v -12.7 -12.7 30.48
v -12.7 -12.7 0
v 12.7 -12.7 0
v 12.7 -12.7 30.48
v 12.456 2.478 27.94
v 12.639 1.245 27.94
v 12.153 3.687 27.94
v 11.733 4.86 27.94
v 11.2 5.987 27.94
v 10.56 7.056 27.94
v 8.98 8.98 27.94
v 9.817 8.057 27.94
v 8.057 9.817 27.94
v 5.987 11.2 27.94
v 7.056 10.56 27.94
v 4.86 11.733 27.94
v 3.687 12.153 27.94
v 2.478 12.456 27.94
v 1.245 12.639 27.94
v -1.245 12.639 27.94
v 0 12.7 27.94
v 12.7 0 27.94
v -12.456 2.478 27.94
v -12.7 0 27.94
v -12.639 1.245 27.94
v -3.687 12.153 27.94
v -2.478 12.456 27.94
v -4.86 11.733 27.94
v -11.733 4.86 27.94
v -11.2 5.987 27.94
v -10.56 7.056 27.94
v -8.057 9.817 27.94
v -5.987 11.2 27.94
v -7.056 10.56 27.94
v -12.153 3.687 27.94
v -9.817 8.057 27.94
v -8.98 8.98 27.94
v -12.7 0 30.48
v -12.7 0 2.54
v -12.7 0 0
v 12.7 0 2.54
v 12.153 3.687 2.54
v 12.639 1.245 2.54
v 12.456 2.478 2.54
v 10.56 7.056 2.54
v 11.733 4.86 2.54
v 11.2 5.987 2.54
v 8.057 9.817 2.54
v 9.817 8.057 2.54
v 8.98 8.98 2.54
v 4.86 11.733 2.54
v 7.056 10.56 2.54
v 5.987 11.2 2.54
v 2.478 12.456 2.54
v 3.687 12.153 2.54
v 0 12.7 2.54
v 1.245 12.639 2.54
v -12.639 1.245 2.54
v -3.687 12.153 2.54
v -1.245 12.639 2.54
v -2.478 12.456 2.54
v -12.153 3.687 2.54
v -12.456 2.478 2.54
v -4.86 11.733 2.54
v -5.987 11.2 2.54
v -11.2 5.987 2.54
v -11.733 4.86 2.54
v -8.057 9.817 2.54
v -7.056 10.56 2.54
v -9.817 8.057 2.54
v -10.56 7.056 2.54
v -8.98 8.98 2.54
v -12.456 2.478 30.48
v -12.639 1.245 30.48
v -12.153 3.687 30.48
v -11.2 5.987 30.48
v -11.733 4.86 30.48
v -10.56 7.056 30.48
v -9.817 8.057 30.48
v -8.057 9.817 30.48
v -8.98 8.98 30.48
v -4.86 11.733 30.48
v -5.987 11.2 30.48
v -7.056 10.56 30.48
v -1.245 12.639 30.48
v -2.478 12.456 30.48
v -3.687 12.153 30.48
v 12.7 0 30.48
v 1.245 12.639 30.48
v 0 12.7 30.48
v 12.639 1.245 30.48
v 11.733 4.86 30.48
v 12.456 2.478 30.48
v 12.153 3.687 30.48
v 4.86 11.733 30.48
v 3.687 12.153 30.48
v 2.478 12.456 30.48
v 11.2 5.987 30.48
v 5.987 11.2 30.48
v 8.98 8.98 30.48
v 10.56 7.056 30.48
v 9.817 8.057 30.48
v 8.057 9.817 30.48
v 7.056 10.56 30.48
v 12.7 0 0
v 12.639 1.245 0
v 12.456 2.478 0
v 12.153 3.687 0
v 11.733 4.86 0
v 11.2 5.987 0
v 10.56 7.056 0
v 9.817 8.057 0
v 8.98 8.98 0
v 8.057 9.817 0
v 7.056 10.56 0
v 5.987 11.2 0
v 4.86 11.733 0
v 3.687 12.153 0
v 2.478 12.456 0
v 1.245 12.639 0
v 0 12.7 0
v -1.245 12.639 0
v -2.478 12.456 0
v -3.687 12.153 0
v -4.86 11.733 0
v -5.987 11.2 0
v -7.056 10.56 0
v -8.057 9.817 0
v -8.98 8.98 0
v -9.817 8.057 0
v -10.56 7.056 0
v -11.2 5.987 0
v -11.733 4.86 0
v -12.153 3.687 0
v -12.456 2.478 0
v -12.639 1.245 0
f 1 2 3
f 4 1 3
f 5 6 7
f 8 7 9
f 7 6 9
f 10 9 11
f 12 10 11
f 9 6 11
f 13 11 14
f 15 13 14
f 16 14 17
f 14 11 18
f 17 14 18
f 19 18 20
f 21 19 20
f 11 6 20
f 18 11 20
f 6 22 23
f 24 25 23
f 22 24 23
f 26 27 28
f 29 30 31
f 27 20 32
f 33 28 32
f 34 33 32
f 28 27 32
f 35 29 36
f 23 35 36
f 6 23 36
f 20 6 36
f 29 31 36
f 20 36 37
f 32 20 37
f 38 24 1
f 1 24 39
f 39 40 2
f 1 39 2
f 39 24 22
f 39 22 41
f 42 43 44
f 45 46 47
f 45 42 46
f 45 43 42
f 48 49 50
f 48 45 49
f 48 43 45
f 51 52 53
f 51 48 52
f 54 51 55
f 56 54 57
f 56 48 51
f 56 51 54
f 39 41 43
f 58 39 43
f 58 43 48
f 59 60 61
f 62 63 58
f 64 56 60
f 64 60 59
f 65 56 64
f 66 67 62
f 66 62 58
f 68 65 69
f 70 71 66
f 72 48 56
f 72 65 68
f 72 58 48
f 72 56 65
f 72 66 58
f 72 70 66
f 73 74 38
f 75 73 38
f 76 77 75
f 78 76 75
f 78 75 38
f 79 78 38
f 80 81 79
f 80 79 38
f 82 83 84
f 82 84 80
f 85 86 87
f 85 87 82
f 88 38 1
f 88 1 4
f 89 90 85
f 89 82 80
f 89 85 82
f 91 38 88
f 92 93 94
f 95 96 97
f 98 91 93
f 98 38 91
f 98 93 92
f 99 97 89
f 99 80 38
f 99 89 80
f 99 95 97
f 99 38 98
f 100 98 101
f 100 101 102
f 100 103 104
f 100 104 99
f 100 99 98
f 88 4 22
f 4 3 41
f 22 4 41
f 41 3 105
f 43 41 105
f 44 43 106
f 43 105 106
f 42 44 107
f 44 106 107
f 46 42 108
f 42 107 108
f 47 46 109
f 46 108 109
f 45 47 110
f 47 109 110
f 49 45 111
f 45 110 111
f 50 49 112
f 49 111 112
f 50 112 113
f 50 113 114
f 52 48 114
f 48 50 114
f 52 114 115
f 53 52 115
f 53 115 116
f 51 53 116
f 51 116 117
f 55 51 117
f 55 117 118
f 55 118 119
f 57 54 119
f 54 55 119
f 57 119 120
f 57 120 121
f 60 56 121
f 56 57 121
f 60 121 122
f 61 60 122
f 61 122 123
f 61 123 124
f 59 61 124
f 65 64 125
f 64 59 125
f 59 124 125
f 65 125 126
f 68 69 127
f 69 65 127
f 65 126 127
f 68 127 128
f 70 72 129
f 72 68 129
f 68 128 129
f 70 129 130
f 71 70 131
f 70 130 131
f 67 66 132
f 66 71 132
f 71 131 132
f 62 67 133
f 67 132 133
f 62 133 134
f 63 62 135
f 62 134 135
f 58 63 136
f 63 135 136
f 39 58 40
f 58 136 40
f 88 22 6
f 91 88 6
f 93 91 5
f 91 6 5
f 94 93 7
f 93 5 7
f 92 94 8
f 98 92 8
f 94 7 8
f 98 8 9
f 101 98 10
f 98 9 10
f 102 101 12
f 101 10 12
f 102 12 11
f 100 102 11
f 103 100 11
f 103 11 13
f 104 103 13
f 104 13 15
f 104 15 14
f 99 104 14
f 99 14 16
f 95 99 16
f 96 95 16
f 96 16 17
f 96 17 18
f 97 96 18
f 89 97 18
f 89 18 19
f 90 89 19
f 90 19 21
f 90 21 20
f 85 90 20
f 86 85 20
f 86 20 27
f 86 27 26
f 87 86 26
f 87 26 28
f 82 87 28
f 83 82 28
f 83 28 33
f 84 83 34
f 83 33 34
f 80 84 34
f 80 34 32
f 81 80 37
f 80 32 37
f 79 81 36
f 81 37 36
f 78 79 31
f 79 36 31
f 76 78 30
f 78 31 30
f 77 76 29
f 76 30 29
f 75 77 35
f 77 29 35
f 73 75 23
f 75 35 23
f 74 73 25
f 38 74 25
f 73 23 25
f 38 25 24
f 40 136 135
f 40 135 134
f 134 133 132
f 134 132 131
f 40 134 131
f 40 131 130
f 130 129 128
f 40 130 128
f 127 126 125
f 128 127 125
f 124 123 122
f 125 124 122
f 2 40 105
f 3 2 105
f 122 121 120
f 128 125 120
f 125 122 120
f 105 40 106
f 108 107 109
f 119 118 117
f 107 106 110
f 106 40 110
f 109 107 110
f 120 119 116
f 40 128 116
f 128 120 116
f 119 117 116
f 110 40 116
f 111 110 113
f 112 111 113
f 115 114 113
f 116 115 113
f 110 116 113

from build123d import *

# Parameters (mm, degrees)
BOSS_EXTRUDE1_DEPTH     = 30.48
CUT_EXTRUDE1_DEPTH      = 42.659097446
CUT_EXTRUDE1_DEPTH_BACK = 42.659097446
SKETCH3_W               = 25.4
SKETCH3_H               = 12.7


with BuildPart() as part:
    # Sketch2 → Boss-Extrude1 (new body)
    with BuildSketch(Plane.XY):
        with BuildLine():
            Line((-12.7, 0), (-12.7, -12.7))
            Line((-12.7, -12.7), (12.7, -12.7))
            Line((12.7, -12.7), (12.7, 0))
            ThreePointArc((12.7, 0), (0, 12.7), (-12.7, 0))
        make_face()
    extrude(amount=BOSS_EXTRUDE1_DEPTH)

    # Sketch3 → Cut-Extrude1 (cut, two sides: drawn at the far end of the back side and taken through both)
    with BuildSketch(Plane(origin=(12.7, 0, 0), x_dir=(0, 0, -1), z_dir=(1, 0, 0)).offset(-CUT_EXTRUDE1_DEPTH_BACK)):
        with Locations((-15.24, 6.35)):
            Rectangle(SKETCH3_W, SKETCH3_H)
    extrude(amount=CUT_EXTRUDE1_DEPTH + CUT_EXTRUDE1_DEPTH_BACK, mode=Mode.SUBTRACT)


solid = part.part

□ □ □ □ □

* [DIRECTIONS FOR THIS TASK] The answer should be the first line of the material and every line after it through the line containing "v -8.98 8.98 27.94", exactly as written, and nothing else.

* [ANSWER FOR THIS EXERCISE]
v -12.7 -12.7 30.48
v -12.7 -12.7 0
v 12.7 -12.7 0
v 12.7 -12.7 30.48
v 12.456 2.478 27.94
v 12.639 1.245 27.94
v 12.153 3.687 27.94
v 11.733 4.86 27.94
v 11.2 5.987 27.94
v 10.56 7.056 27.94
v 8.98 8.98 27.94
v 9.817 8.057 27.94
v 8.057 9.817 27.94
v 5.987 11.2 27.94
v 7.056 10.56 27.94
v 4.86 11.733 27.94
v 3.687 12.153 27.94
v 2.478 12.456 27.94
v 1.245 12.639 27.94
v -1.245 12.639 27.94
v 0 12.7 27.94
v 12.7 0 27.94
v -12.456 2.478 27.94
v -12.7 0 27.94
v -12.639 1.245 27.94
v -3.687 12.153 27.94
v -2.478 12.456 27.94
v -4.86 11.733 27.94
v -11.733 4.86 27.94
v -11.2 5.987 27.94
v -10.56 7.056 27.94
v -8.057 9.817 27.94
v -5.987 11.2 27.94
v -7.056 10.56 27.94
v -12.153 3.687 27.94
v -9.817 8.057 27.94
v -8.98 8.98 27.94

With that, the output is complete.